All three parts of a QName for an element (local name, namespace uri, prefix) are part of the model, and needed for say proper evaluation of XSLT or XML DSig.

This is unfortunately because of four flagpole reasons:

  1. They defined initial namespace usage without DOM support, so documents were parsed without the namespace axis
  2. The xmlns and prefix were static in the document type definition (DOCTYPE) until other schema definitions came along
  3. XSLT and XPath (along with a few other systems of XML-based processing definitions) used their place in the document to inherit context for expressions. So e.g. an XPath selector in an XSLT can use namespaces declared within the XSLT document in that scope.
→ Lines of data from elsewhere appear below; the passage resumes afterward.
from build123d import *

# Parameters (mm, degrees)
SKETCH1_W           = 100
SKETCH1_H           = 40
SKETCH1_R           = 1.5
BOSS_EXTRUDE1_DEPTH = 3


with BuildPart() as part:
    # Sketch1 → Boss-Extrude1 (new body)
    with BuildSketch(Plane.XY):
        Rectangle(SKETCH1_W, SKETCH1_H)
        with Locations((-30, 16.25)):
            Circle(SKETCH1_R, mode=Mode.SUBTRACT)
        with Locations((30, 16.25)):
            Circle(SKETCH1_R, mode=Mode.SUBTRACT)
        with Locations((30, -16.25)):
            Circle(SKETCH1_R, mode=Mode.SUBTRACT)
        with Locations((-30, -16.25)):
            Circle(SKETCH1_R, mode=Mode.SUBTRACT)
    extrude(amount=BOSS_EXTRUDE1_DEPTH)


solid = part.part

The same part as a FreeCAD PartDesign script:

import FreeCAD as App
import Part
import Sketcher


def add_polygon(sketch, points):
    """Adds a closed chain of lines whose ends are joined by coincident constraints."""
    first, n = sketch.GeometryCount, len(points)
    for a, b in zip(points, points[1:] + points[:1]):
        sketch.addGeometry(Part.LineSegment(App.Vector(*a, 0), App.Vector(*b, 0)), False)
    for i in range(n):
        sketch.addConstraint(Sketcher.Constraint("Coincident", first + i, 2, first + (i + 1) % n, 1))

doc = App.newDocument("Part")
body = doc.addObject("PartDesign::Body", "Body")

# Sketch on XY plane
sketch1 = body.newObject("Sketcher::SketchObject", "Sketch")
sketch1.AttachmentSupport = (doc.getObject("XY_Plane"), [""])
sketch1.MapMode = "FlatFace"
add_polygon(sketch1, [(-50, 20), (-50, -20), (50, -20), (50, 20)])  # lines 0-3
sketch1.addGeometry(Part.Circle(App.Vector(-30, -16.2, 0), App.Vector(0, 0, 1), 1.5), False)  # 4
sketch1.addGeometry(Part.Circle(App.Vector(30, -16.2, 0), App.Vector(0, 0, 1), 1.5), False)  # 5
sketch1.addGeometry(Part.Circle(App.Vector(-30, 16.2, 0), App.Vector(0, 0, 1), 1.5), False)  # 6
sketch1.addGeometry(Part.Circle(App.Vector(30, 16.2, 0), App.Vector(0, 0, 1), 1.5), False)  # 7
sketch1.addConstraint([
    Sketcher.Constraint("Vertical", 0),
    Sketcher.Constraint("Horizontal", 1),
    Sketcher.Constraint("Vertical", 2),
    Sketcher.Constraint("Horizontal", 3),
    Sketcher.Constraint("Equal", 4, 5),
    Sketcher.Constraint("Equal", 5, 6),
    Sketcher.Constraint("Equal", 6, 7),
    Sketcher.Constraint("Symmetric", 5, 3, 6, 3, -1, 1),
    Sketcher.Constraint("Symmetric", 4, 3, 7, 3, -1, 1),
    Sketcher.Constraint("Symmetric", 0, 2, 2, 2, -1, 1),
    Sketcher.Constraint("Symmetric", 4, 3, 5, 3, -2),
    Sketcher.Constraint("Diameter", 4, 3.0),
    Sketcher.Constraint("DistanceX", 1, 1, 1, 2, 100.0),
    Sketcher.Constraint("DistanceY", 0, 2, 0, 1, 40.0),
    Sketcher.Constraint("DistanceX", 4, 3, -1, 1, 30.0),
    Sketcher.Constraint("DistanceY", 4, 3, 6, 3, 32.5),
])
pad1 = body.newObject("PartDesign::Pad", "Pad")
pad1.Profile = sketch1
pad1.Length = 3

doc.recompute()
This means that the prefix is an essential part of evaluating this document, unless you have a model where XPath is a first class type in your DOM - which is extremely difficult since XPath isn't an XML infoset type like element or attribute - its just text.
  4. XML Digital Signatures, having to cope with all of this, described a default system of canonicalizing XML into a predictable binary form. It had to further codify requirements in the XML systems for compatibility where prefixes were maintained, in order to support signed documents which used technology like XPath.

If you are marshalling the entire purpose is to translate from the infoset model into a restricted model represented by the struct. But for things like reading/manipulating elements, attributes, text, etc you want to use the infoset model.

I would agree that it shouldn't have really mattered. Namespaces were deferred and never quote bolted on perfectly, while XPath and XSLT knocked them further loose. C'est la vie.

I am in awe that such a documented bug hinders such useful features has survived this long without fixing.

I hope somebody fixes this. For now, I found a replacement to encoding/xml using nbio/xml which handles namespaces properly.

Hey any update on this?
This is still a major issue 9 years later, and it would be nice to have a reliable XML parser in Golang one day.